Ireland Correspondent

Sinn Fein believes the British government will eventually be pressurised into dropping its insistence that the decommissioning of IRA weapons must begin before all-party talks are called, according to reliable republican sources.

Despite the fact that Sir Patrick Mayhew, Secretary of State for Northern Ireland, reiterated the official position on decommissioning in a speech in Belfast on Friday, Sinn Fein still believes the British government will move.

A senior republican source said: "They can be shifted. They can be turned 360 degrees. They've done it in the past." Sinn Fein leaders are to seek American support for their position during a series of visits to the US. Martin McGuinness is to spend a week there early next month, while Gerry Adams flies out around 11 September.

But republican sources admit the impact of republican visits to the US has been subject to the law of diminishing returns and that Mr Adams's trips no longer attract world attention.

The impasse over decommissioning has assumed central importance in the peace process as the first anniversary of the ceasefire on 1 September draws closer. Sinn Fein is pressing for round-table talks while the Government and Unionist politicians resist such moves in advance of decommissioning.

In his speech on Friday, Sir Patrick gave no ground to republicans, and government sources are emphatic there will be no movement. They concede the Government has shifted in the past on issues such as initially refusing to clarify the Downing Street declaration and originally insisting the IRA should declare its ceasefire to be permanent, but this time they say a line has been drawn. Although no way through this logjam is immediately apparent, much interest will centre on the meeting which Mr Adams is expected to hold with Sir Patrick in early September, and on the summit which the Prime Minister, John Major, and the Taoiseach, John Bruton, are to hold next month.

Sir Patrick said on Friday that he hoped the summit would take place on 6 September, but there is speculation that it could be postponed. This has been widely interpreted as a signal that the Irish government does not consider London is doing enough to inject new momentum into the peace process.

The uneasy state of community relations in Northern Ireland was demonstrated by clashes in the Co Tyrone border town of Castlederg early yesterday. Twelve RUC officers and up to 20 civilians were hurt in rioting involving rival crowds after a loyalist march. Police fired plastic bullets during the incident.

Addressing 5,000 people at a rally in Dublin yesterday, Gerry Adams described Sir Patrick's speech as a totally inadequate response to the peace process. He warned: "If the British Government has its way it will let slip through its fingers a genuine opportunity for a fair and lasting peace. We need to demand and ensure that London reacts as urgently to acts of peace as it did to acts of war."

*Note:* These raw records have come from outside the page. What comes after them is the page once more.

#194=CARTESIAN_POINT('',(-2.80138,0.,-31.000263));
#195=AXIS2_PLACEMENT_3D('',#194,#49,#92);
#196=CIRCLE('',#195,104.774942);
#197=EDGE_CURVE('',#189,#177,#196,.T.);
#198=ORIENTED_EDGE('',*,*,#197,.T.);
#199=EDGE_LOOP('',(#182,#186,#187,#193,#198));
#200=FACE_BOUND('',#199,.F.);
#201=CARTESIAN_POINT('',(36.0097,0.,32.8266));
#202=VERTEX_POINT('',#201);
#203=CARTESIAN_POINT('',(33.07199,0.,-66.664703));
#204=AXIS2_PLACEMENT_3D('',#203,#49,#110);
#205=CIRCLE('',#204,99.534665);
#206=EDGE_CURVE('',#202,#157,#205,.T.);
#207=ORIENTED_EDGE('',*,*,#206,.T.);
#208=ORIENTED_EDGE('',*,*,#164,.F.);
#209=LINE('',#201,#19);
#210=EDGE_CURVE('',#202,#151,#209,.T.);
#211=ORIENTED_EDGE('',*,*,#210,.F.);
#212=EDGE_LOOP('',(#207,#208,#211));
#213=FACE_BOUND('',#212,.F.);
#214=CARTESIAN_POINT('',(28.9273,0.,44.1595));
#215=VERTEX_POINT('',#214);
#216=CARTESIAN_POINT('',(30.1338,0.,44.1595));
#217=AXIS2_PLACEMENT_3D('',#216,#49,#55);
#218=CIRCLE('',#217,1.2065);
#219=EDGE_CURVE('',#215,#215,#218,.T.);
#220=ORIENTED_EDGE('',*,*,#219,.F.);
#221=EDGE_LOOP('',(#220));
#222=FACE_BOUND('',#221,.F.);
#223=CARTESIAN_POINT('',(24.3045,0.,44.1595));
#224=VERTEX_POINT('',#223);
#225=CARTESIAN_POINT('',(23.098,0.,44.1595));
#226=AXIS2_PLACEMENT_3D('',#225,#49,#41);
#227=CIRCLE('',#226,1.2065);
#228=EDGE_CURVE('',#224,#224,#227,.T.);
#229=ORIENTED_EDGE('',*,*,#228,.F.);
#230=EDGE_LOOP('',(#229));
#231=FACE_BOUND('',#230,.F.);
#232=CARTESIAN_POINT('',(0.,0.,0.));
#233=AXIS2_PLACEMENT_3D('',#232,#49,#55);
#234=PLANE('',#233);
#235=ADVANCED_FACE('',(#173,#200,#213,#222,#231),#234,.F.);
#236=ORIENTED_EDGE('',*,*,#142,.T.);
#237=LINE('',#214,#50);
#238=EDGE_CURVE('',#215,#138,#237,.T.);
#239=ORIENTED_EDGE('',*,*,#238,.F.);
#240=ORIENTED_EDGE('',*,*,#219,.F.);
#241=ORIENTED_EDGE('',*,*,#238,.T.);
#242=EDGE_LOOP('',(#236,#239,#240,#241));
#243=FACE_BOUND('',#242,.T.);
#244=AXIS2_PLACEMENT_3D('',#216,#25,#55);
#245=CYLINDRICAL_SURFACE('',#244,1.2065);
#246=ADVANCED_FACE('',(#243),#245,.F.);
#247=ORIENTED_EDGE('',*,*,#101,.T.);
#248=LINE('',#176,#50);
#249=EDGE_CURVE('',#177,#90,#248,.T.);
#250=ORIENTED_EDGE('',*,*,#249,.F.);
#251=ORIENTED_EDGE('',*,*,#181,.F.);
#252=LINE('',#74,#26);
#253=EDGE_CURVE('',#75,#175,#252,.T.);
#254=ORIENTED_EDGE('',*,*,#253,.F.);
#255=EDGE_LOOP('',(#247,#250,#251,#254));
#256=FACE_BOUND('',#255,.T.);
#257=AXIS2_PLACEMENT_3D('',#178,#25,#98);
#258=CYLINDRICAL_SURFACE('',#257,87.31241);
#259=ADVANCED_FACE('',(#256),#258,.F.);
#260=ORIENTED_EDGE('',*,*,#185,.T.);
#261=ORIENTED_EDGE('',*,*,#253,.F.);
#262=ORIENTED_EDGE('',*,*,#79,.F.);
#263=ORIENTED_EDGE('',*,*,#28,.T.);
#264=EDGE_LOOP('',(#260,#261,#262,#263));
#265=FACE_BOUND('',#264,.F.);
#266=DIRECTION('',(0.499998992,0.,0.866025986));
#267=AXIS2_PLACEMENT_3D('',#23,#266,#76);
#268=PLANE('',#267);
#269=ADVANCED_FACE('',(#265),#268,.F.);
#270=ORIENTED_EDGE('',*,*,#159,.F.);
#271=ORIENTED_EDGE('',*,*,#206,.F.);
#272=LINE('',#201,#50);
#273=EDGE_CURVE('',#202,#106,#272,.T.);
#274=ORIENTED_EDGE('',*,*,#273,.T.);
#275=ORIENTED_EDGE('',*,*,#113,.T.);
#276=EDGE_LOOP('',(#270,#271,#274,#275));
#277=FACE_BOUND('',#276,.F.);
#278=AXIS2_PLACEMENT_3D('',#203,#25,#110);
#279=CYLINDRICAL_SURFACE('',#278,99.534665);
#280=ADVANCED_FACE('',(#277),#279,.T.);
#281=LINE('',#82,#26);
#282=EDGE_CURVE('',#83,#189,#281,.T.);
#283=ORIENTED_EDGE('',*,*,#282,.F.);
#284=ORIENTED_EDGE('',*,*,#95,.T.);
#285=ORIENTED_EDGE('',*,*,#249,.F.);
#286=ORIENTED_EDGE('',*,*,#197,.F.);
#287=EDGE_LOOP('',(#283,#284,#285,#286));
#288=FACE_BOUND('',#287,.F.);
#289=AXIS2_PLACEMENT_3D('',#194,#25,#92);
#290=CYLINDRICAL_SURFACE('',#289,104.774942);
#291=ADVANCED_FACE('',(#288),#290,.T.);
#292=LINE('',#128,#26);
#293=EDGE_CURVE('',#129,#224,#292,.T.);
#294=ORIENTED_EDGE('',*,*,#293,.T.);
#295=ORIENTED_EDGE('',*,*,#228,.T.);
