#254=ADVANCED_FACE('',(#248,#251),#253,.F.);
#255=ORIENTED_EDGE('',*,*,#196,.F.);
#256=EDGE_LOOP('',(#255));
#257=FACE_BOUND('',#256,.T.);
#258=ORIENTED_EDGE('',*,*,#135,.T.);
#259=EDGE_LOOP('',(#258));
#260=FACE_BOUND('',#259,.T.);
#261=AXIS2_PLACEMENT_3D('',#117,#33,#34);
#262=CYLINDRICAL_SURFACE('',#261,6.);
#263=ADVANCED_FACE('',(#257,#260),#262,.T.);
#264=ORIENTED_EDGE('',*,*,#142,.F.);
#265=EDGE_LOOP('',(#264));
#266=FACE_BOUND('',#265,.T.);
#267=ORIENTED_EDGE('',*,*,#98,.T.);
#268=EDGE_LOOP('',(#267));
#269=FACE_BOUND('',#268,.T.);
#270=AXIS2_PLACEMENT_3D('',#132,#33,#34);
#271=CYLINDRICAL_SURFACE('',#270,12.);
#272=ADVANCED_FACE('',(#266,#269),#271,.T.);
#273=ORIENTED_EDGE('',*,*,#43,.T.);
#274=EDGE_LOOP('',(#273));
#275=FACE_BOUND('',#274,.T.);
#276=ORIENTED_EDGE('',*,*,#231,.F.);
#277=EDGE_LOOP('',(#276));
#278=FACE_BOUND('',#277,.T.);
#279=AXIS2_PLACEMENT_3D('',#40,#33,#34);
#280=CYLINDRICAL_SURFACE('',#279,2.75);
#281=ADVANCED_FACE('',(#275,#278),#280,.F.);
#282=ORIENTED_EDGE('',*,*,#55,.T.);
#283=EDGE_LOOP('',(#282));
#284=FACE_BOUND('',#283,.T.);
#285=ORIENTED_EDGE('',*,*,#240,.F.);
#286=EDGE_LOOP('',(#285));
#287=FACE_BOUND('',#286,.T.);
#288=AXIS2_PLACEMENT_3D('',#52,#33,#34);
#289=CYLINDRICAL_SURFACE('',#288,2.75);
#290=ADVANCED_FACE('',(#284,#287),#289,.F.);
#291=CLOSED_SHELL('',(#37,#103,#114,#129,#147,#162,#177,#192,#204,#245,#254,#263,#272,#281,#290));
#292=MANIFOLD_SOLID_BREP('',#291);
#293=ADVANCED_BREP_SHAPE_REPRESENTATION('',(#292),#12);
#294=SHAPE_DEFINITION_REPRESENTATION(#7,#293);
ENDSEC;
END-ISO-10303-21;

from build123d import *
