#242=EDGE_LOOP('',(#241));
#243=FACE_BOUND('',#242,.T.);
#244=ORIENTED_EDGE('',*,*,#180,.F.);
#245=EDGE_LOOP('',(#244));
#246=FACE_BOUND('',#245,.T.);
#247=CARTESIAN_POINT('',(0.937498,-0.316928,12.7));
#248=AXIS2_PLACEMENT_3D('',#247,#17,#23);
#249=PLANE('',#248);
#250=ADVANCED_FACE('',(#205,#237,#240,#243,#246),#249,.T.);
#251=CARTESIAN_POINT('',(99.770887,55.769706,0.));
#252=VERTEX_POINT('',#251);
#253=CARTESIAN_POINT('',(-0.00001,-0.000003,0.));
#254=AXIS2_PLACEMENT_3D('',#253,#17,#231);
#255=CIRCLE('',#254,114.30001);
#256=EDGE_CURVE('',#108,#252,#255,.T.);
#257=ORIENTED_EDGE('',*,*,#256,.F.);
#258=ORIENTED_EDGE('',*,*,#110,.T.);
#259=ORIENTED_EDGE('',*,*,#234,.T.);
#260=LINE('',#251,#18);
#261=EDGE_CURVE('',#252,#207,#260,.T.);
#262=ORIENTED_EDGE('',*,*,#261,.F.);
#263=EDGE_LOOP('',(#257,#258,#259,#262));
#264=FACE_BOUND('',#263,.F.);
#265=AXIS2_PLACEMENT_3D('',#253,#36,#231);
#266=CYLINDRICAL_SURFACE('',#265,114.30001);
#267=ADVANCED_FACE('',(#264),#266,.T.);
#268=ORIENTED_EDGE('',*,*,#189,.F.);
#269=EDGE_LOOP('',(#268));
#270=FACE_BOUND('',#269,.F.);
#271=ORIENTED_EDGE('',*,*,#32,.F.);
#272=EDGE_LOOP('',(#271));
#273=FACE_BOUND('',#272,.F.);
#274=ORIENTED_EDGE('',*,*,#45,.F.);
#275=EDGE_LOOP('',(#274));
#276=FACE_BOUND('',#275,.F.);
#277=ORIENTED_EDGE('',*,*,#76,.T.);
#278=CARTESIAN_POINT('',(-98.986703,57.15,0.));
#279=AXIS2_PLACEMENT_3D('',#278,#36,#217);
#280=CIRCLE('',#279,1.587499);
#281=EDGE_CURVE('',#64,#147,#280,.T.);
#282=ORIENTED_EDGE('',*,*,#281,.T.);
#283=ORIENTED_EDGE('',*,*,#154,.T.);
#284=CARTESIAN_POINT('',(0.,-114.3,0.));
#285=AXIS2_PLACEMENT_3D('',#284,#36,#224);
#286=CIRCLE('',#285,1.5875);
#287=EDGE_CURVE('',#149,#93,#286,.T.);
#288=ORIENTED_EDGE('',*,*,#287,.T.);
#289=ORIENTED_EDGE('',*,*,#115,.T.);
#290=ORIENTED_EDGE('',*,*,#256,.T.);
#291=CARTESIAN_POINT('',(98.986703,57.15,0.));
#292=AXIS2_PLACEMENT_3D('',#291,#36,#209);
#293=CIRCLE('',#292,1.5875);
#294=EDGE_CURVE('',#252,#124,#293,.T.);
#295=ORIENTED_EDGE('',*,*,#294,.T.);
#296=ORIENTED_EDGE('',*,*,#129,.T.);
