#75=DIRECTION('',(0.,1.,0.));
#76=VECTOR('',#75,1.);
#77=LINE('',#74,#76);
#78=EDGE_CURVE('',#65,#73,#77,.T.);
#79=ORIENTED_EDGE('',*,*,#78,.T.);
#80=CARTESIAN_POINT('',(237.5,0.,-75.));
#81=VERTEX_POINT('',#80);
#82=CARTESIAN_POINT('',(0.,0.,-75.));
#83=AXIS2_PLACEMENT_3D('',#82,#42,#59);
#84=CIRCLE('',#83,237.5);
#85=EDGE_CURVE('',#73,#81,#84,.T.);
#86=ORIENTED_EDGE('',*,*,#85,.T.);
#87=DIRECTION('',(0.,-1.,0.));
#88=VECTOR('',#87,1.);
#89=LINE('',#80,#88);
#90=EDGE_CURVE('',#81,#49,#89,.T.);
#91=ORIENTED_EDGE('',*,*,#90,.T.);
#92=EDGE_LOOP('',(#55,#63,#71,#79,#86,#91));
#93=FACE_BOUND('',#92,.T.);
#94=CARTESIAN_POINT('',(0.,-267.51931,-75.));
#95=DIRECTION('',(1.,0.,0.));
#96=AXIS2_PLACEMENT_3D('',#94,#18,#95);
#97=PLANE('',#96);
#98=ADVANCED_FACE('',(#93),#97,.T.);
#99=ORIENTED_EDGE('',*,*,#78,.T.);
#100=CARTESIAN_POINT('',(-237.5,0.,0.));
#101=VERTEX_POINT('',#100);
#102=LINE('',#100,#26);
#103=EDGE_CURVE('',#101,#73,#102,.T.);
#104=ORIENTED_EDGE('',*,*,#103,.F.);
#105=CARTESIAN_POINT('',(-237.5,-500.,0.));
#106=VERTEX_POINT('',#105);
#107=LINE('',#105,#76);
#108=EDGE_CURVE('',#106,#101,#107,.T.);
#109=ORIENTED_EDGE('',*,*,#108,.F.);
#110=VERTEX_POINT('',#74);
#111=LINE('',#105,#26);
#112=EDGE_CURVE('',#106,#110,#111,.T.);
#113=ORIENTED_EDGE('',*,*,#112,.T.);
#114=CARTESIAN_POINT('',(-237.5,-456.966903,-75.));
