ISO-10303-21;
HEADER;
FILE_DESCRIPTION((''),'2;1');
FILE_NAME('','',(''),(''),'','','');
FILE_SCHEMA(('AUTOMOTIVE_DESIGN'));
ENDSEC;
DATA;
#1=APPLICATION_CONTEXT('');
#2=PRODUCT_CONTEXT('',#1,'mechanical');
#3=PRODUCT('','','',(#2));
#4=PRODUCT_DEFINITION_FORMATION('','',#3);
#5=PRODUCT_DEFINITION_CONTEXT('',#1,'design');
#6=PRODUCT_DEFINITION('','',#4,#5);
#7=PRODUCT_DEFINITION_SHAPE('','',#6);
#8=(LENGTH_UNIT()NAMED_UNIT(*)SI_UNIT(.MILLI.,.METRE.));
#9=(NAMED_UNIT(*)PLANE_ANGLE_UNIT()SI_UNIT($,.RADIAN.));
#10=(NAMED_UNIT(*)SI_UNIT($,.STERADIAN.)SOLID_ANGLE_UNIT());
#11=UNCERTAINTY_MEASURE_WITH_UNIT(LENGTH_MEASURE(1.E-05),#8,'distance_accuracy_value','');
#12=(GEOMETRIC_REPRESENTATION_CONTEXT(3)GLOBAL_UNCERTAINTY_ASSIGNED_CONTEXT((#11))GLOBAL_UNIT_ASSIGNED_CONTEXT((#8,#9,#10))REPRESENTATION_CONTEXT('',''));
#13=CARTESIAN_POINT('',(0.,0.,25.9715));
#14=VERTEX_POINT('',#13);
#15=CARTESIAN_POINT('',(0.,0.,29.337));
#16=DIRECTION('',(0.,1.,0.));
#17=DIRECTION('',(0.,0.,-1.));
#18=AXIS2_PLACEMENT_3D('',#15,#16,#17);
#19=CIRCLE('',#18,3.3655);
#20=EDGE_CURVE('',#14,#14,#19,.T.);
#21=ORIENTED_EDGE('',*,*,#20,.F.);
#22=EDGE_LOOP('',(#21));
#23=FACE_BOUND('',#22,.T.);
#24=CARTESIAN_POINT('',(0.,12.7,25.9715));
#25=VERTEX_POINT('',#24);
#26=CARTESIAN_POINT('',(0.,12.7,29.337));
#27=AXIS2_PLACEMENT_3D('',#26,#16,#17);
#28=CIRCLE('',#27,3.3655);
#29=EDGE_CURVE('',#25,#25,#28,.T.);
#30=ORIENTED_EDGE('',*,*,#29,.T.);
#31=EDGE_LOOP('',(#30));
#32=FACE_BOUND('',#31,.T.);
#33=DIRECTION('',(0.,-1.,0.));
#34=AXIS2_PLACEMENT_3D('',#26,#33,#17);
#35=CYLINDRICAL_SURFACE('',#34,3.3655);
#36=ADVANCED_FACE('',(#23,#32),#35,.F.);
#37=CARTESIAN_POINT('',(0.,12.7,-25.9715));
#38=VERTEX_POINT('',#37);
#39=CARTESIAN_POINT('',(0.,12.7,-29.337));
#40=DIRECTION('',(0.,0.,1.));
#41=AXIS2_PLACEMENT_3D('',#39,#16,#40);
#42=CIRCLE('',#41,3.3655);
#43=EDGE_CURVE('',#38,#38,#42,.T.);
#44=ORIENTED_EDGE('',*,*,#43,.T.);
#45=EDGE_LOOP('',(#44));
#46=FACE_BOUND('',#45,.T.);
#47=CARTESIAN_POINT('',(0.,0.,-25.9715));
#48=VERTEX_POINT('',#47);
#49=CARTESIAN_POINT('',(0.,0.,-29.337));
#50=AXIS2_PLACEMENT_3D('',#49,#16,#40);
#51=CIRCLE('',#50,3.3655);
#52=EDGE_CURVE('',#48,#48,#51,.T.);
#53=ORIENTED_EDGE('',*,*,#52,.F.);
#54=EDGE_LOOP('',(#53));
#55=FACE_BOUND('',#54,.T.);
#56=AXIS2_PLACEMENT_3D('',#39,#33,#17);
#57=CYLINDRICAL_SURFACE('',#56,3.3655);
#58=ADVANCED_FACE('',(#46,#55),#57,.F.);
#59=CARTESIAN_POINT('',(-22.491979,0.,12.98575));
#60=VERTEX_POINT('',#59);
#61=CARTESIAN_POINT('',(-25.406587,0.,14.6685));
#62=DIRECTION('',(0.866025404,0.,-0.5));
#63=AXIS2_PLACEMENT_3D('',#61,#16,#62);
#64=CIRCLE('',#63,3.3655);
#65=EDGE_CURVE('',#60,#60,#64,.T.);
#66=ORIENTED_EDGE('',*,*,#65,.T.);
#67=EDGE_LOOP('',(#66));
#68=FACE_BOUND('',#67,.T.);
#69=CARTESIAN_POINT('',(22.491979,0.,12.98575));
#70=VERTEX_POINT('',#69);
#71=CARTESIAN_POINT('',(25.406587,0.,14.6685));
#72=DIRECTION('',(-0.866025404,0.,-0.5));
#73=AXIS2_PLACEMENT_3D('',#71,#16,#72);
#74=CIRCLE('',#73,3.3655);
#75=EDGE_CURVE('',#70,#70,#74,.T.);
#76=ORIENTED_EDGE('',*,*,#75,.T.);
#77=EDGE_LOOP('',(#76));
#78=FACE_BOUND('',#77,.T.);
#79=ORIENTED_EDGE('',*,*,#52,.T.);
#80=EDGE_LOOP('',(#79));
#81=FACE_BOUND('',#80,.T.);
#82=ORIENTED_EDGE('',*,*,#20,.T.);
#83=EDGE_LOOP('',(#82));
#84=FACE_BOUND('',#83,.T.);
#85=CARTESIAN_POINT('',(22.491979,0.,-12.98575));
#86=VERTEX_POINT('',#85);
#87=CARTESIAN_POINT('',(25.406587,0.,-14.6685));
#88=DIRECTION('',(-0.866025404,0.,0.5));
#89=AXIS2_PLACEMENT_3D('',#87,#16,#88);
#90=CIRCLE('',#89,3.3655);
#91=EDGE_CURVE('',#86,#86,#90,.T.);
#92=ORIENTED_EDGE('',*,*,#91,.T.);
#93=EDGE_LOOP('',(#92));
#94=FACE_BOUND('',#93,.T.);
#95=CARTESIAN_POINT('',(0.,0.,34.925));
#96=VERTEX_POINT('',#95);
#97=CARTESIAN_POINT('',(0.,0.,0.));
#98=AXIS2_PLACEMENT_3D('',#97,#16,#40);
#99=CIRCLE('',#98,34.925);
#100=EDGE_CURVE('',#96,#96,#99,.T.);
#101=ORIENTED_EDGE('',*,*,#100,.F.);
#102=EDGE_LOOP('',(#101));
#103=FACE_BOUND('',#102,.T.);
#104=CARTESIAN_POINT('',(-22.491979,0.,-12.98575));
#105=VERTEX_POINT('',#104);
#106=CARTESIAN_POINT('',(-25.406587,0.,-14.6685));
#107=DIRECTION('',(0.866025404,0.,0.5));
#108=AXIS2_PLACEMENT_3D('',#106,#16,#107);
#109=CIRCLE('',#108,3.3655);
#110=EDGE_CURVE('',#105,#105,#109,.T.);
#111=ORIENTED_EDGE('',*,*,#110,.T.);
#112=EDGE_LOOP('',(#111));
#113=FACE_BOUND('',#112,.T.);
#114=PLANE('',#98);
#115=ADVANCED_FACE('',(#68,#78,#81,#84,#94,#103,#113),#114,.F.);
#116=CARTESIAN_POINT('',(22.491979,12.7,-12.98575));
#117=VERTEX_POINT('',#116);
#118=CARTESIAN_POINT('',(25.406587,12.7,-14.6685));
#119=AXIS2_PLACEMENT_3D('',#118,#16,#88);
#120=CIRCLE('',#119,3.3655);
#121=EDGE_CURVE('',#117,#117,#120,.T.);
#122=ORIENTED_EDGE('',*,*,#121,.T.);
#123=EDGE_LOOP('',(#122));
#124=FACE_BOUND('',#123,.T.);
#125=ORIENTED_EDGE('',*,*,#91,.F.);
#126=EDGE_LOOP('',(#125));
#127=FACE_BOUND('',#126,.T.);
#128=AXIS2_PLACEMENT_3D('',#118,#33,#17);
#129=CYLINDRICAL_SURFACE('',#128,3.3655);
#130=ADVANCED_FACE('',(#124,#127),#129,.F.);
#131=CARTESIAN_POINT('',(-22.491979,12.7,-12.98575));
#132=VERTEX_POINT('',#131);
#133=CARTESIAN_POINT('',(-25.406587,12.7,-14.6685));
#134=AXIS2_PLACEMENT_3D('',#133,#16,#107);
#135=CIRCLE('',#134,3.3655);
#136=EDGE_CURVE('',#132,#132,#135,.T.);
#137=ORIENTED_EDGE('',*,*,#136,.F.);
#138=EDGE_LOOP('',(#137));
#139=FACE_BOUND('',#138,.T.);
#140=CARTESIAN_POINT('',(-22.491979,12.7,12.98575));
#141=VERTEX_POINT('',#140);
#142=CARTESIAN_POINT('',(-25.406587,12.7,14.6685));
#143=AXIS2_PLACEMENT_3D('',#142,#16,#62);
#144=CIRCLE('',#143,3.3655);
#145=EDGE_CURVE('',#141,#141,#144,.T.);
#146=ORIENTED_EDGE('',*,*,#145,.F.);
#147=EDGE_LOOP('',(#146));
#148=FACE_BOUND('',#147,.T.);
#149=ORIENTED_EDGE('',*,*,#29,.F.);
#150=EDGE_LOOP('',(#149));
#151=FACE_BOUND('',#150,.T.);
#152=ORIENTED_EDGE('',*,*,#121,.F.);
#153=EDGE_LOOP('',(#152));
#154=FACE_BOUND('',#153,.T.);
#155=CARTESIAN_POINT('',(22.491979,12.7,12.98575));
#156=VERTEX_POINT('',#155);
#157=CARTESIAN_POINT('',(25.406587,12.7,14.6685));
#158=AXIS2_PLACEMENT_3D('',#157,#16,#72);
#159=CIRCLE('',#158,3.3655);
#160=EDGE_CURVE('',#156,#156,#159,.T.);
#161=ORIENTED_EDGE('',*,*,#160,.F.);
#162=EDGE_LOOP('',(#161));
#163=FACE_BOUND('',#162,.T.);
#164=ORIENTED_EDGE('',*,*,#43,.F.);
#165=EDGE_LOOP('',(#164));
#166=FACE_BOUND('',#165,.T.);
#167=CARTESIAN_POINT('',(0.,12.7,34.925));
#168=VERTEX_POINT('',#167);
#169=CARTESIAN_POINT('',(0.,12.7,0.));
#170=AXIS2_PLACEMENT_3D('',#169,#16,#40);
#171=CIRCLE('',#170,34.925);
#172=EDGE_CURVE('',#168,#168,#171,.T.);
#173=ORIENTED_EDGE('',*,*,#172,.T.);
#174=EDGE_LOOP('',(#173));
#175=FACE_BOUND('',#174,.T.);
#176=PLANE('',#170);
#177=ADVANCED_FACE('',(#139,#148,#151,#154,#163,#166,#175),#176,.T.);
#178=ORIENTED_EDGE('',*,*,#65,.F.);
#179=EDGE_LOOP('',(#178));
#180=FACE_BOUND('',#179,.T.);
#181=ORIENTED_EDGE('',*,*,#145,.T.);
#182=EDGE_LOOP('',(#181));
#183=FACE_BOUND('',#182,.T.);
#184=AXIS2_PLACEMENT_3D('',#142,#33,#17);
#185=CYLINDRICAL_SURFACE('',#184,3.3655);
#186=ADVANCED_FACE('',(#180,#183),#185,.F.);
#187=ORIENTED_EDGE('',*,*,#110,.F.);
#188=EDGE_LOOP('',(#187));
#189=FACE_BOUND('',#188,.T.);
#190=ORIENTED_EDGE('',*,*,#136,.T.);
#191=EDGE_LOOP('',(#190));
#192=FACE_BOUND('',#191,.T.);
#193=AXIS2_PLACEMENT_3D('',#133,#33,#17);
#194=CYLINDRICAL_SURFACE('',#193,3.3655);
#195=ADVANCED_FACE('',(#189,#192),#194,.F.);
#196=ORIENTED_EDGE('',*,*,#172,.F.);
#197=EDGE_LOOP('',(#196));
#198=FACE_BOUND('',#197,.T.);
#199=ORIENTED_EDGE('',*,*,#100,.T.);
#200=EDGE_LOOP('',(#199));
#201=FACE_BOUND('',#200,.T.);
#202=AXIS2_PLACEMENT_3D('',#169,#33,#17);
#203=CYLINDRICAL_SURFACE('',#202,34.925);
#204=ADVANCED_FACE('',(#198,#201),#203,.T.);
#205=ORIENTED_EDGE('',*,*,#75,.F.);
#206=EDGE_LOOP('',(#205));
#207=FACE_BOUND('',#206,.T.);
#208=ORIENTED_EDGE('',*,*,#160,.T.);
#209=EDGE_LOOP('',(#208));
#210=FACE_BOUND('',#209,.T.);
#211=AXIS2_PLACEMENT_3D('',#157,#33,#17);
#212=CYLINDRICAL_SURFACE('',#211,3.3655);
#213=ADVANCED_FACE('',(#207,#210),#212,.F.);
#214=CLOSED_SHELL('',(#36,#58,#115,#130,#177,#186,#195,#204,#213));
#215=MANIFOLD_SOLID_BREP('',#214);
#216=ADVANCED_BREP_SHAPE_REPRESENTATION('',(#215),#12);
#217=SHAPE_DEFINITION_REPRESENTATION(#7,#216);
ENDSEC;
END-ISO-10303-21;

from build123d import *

# Parameters (mm, degrees)
SKETCH1_R          = 34.925
EXTRUDE1_DEPTH     = 12.7
SKETCH3_R          = 3.3655
CUT_EXTRUDE2_DEPTH = 12.7
CIRPATTERN1_COUNT  = 6


with BuildPart() as part:
    # Sketch1 → Extrude1 (new body)
    with BuildSketch(Plane(origin=(0, 0, 0), x_dir=(1, 0, 0), z_dir=(0, 1, 0))):
        Circle(SKETCH1_R)
    extrude(amount=EXTRUDE1_DEPTH)

    # Sketch3 → Cut-Extrude2 (cut)
    with BuildSketch(Plane(origin=(0, 0, 0), x_dir=(1, 0, 0), z_dir=(0, 1, 0))):
        with Locations((0, 29.337)):
            Circle(SKETCH3_R)
    cut_extrude2 = extrude(amount=CUT_EXTRUDE2_DEPTH, mode=Mode.SUBTRACT)

    # CirPattern1: Cut-Extrude2 ×6 about axis
    cirpattern1_axis = Axis((0, 0, 0), (0, 1, 0))
    for i in range(1, CIRPATTERN1_COUNT):
        add(cut_extrude2.rotate(cirpattern1_axis, i * 360 / CIRPATTERN1_COUNT), mode=Mode.SUBTRACT)


solid = part.part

In a contribution to the arms debate, the former Taoiseach, Albert Reynolds, repeated yesterday that the decommissioning should be made a precondition for a final negotiated settlement rather than a precondition for talks. He declared: "I think that would take away a lot of the genuine deep-rooted fears that exist in both communities where they believe it is too early to take away their defences in case of a Doomsday situation again."